[Items from a dataset]
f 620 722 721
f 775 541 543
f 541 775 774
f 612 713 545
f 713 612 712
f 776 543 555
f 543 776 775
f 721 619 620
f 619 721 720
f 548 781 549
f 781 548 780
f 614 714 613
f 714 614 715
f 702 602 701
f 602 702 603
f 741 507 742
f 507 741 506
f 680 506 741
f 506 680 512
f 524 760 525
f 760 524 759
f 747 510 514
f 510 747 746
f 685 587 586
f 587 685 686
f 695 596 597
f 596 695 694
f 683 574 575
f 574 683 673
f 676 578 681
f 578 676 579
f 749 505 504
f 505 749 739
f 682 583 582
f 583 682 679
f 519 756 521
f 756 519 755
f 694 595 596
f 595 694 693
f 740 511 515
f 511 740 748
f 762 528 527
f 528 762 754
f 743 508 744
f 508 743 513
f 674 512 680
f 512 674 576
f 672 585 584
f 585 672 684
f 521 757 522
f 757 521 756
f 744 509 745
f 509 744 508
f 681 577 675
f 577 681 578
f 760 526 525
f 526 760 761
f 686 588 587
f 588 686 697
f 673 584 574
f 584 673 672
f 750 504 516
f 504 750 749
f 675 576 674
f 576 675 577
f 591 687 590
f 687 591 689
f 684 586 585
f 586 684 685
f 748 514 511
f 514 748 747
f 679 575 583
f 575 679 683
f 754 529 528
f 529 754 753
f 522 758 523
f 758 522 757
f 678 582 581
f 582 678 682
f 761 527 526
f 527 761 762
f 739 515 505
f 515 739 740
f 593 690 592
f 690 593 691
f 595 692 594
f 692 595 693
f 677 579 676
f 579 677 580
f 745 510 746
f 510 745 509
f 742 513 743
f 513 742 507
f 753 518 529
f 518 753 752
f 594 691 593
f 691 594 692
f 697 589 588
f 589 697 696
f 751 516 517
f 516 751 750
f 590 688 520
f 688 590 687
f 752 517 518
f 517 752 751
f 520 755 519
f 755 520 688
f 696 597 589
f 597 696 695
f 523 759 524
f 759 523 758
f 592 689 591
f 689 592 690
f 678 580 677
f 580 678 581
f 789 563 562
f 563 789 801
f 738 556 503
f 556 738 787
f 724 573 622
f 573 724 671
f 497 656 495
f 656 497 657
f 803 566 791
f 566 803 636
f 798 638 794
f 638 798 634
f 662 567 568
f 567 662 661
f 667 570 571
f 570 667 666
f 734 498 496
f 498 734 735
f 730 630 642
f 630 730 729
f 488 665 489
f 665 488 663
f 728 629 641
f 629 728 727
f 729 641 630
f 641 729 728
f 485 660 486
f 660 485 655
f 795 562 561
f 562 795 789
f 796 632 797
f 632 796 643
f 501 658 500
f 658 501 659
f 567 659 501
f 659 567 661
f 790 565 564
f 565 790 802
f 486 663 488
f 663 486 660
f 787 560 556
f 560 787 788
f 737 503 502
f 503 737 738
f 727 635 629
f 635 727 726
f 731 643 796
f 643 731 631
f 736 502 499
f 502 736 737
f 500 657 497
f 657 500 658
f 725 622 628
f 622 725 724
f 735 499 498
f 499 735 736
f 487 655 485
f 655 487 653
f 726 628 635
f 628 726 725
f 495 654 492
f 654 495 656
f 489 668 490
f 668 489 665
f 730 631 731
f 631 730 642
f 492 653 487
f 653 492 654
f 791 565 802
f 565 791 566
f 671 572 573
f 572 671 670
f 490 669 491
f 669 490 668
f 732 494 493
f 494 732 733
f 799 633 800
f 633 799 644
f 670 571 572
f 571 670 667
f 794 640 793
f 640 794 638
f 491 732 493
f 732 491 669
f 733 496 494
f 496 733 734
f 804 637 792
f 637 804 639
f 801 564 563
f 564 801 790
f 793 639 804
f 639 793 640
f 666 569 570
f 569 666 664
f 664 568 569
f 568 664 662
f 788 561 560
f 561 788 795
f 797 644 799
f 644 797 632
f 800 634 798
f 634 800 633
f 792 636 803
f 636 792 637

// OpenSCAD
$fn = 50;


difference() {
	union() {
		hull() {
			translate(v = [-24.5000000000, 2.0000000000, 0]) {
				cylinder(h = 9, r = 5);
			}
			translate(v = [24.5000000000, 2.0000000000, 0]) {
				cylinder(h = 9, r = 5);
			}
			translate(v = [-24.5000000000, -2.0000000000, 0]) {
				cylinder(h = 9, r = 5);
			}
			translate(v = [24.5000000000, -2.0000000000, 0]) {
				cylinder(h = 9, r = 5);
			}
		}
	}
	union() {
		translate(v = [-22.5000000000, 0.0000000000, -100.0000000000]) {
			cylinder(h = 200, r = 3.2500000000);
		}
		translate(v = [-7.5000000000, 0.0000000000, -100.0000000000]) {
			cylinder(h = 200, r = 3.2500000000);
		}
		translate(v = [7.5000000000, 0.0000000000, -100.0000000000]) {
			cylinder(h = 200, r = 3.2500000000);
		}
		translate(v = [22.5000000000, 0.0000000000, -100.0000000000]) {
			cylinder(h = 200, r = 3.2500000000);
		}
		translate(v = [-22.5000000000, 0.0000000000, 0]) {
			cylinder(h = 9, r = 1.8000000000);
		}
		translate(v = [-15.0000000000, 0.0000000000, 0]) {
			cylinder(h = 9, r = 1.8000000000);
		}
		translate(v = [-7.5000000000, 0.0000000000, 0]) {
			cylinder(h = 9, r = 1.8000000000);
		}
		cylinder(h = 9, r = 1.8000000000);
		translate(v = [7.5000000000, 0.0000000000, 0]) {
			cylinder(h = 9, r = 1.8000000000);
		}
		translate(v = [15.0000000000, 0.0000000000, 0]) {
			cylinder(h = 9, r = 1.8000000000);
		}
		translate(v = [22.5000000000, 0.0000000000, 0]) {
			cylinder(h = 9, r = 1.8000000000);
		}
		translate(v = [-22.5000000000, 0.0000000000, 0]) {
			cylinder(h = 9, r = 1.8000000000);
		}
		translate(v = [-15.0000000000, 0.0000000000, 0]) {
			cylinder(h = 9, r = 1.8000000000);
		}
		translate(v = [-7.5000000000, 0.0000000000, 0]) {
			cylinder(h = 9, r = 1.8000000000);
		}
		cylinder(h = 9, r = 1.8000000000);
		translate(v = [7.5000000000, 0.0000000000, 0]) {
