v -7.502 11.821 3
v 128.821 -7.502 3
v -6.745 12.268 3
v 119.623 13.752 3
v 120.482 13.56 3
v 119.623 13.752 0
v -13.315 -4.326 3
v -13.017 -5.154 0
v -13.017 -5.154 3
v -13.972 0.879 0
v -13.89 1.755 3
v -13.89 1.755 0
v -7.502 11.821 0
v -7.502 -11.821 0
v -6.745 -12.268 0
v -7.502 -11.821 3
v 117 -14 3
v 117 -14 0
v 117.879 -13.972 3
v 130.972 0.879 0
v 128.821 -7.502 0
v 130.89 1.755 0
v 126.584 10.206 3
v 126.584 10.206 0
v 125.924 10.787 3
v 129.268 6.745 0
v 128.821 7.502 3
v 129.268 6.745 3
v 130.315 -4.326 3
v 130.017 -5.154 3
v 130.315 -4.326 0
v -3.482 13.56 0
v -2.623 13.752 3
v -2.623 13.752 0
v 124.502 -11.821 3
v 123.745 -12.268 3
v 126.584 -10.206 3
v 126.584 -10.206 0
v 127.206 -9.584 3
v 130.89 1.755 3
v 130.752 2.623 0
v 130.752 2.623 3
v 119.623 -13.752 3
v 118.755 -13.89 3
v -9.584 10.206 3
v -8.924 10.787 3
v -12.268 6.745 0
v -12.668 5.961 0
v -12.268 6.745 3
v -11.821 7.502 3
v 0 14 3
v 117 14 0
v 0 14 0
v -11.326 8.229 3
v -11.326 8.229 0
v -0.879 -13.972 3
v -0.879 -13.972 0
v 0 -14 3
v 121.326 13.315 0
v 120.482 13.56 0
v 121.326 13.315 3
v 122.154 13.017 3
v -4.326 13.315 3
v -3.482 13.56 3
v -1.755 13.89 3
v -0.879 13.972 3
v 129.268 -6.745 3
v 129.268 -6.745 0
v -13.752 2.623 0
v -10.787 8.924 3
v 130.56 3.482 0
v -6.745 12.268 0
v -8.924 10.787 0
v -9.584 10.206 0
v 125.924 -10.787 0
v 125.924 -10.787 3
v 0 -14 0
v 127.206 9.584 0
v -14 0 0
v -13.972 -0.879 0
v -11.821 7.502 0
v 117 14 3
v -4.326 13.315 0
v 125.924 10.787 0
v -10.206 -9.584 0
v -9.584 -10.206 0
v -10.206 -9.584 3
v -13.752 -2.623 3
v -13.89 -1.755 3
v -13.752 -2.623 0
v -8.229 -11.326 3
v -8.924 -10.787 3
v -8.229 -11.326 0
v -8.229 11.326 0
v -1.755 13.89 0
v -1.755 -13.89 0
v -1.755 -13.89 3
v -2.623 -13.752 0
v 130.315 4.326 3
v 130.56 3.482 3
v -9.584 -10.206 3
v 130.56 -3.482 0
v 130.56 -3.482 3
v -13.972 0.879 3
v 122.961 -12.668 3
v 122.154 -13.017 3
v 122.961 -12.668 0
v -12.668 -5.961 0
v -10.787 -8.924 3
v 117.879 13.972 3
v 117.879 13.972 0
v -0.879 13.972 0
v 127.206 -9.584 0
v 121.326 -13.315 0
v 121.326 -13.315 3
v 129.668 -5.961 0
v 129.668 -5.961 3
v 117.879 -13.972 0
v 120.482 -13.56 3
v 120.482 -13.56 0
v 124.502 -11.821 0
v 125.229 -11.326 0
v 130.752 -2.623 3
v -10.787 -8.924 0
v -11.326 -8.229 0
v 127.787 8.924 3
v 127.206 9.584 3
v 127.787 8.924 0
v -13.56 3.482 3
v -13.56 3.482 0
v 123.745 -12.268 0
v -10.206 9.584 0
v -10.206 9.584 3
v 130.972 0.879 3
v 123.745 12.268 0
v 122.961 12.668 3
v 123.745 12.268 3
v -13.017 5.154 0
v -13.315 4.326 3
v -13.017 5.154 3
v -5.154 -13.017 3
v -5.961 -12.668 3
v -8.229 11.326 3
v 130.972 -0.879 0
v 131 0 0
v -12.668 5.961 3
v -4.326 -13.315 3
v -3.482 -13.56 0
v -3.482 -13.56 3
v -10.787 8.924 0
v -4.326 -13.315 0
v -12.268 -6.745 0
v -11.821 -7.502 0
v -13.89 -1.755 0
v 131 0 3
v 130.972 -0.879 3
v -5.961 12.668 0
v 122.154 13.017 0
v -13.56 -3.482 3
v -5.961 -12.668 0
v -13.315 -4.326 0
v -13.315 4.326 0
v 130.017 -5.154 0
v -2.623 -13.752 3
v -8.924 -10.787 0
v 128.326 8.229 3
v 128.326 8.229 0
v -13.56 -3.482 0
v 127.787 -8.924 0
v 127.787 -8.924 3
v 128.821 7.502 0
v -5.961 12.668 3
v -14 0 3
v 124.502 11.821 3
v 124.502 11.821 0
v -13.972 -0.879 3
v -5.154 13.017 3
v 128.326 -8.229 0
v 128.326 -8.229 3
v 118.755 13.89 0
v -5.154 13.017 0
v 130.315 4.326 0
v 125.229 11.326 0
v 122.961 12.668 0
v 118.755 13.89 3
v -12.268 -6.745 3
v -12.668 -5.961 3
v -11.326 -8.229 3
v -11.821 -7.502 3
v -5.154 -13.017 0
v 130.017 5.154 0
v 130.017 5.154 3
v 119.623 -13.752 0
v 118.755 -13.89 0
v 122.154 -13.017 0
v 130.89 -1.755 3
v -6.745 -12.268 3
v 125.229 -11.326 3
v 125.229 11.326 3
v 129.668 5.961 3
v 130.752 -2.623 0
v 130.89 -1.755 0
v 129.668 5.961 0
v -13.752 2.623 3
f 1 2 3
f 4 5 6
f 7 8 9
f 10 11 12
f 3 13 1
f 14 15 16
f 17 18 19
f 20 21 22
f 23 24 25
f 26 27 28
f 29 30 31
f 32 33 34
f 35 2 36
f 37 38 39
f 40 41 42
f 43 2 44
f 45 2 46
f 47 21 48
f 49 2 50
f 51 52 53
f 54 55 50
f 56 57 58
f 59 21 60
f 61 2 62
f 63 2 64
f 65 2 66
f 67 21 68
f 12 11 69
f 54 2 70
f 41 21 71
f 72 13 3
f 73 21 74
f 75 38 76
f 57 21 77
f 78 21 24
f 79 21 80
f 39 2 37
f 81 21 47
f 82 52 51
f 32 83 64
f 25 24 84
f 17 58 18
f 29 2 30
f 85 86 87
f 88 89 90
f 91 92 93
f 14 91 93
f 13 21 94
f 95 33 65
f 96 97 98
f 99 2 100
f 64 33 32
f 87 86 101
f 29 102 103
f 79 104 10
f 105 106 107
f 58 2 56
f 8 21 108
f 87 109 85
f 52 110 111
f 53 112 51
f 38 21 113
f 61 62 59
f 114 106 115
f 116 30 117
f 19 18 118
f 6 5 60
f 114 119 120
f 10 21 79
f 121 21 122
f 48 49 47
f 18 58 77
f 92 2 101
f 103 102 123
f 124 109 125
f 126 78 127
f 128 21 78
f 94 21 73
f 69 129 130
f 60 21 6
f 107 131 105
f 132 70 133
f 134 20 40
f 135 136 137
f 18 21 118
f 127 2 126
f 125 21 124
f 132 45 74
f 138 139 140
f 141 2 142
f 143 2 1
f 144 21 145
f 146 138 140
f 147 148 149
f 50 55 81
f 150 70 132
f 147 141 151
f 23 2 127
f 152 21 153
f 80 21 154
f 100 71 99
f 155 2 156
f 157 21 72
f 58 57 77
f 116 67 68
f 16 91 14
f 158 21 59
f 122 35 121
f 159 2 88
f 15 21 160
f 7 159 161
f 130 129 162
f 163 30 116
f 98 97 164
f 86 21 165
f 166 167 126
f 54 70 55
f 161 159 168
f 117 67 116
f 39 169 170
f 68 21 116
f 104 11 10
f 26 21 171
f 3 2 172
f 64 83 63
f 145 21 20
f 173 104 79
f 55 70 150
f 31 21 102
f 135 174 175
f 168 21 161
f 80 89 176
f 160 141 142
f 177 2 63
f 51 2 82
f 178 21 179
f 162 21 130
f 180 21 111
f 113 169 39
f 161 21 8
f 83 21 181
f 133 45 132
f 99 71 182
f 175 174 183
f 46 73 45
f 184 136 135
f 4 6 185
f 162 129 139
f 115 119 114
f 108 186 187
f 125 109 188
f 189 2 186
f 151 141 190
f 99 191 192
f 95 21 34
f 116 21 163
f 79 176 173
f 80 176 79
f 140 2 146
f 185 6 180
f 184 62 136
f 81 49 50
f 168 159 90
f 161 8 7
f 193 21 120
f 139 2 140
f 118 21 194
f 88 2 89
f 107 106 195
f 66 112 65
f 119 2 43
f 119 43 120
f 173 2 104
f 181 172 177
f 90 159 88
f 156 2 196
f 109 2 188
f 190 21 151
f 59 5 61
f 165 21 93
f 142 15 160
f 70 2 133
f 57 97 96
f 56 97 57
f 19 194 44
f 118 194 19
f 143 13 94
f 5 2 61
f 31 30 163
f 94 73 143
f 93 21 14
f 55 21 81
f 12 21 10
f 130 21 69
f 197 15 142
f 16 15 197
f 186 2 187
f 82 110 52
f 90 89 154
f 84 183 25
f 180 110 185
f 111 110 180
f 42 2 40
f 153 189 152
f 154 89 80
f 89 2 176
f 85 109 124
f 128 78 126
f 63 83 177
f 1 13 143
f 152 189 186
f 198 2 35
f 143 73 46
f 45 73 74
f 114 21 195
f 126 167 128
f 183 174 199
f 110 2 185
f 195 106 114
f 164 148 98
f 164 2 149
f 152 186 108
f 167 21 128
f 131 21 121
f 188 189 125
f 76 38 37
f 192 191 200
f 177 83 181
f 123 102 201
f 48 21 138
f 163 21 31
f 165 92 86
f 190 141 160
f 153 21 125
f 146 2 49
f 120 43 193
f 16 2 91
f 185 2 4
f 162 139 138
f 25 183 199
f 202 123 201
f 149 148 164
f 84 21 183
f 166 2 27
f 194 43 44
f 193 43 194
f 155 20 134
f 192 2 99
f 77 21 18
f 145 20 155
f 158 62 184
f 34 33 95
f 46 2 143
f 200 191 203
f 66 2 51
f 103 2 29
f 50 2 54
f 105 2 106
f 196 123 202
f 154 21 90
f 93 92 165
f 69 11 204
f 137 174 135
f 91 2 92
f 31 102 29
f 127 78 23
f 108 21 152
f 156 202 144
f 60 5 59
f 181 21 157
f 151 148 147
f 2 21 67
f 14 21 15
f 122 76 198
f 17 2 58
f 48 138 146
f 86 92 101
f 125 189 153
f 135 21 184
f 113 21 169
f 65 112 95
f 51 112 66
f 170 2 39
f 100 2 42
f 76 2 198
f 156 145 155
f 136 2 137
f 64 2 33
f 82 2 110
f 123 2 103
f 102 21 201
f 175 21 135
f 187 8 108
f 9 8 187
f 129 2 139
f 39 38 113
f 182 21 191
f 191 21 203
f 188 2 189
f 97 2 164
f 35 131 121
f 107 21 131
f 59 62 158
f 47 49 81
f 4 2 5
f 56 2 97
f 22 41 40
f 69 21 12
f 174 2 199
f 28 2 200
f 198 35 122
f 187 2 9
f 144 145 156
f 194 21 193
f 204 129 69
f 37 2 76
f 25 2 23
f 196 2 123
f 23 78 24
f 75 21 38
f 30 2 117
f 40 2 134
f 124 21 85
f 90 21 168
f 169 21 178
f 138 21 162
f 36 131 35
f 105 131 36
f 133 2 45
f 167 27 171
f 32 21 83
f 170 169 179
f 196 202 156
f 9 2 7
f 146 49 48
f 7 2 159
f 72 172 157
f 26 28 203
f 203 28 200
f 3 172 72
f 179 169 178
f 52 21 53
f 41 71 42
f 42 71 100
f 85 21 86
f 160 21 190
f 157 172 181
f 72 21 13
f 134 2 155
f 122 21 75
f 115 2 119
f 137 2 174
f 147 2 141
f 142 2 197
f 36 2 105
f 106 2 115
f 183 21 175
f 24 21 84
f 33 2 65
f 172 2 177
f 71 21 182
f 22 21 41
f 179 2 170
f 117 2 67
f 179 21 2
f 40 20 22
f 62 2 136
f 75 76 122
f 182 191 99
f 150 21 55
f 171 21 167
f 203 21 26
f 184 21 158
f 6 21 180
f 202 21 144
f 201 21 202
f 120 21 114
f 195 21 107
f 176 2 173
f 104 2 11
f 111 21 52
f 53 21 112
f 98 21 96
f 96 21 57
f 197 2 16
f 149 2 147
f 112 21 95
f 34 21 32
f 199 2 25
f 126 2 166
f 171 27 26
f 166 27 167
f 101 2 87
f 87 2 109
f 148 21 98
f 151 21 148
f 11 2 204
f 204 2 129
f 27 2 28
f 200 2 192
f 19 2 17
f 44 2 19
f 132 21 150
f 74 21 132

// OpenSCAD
$fn = 100;

hull() {
  for (x = [0:145 - 28:145 - 28]) {
    translate(v = [ x, 0, 0 ]) { cylinder(h = 3, r = 14); }
  }
}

▶ DIRECTIONS: Of all the entries above, output exactly the lines between the one holding "f 179 169 178" and the one holding "f 182 191 99", inclusive.

▶ OUTPUT FOR THIS EXERCISE:
f 179 169 178
f 52 21 53
f 41 71 42
f 42 71 100
f 85 21 86
f 160 21 190
f 157 172 181
f 72 21 13
f 134 2 155
f 122 21 75
f 115 2 119
f 137 2 174
f 147 2 141
f 142 2 197
f 36 2 105
f 106 2 115
f 183 21 175
f 24 21 84
f 33 2 65
f 172 2 177
f 71 21 182
f 22 21 41
f 179 2 170
f 117 2 67
f 179 21 2
f 40 20 22
f 62 2 136
f 75 76 122
f 182 191 99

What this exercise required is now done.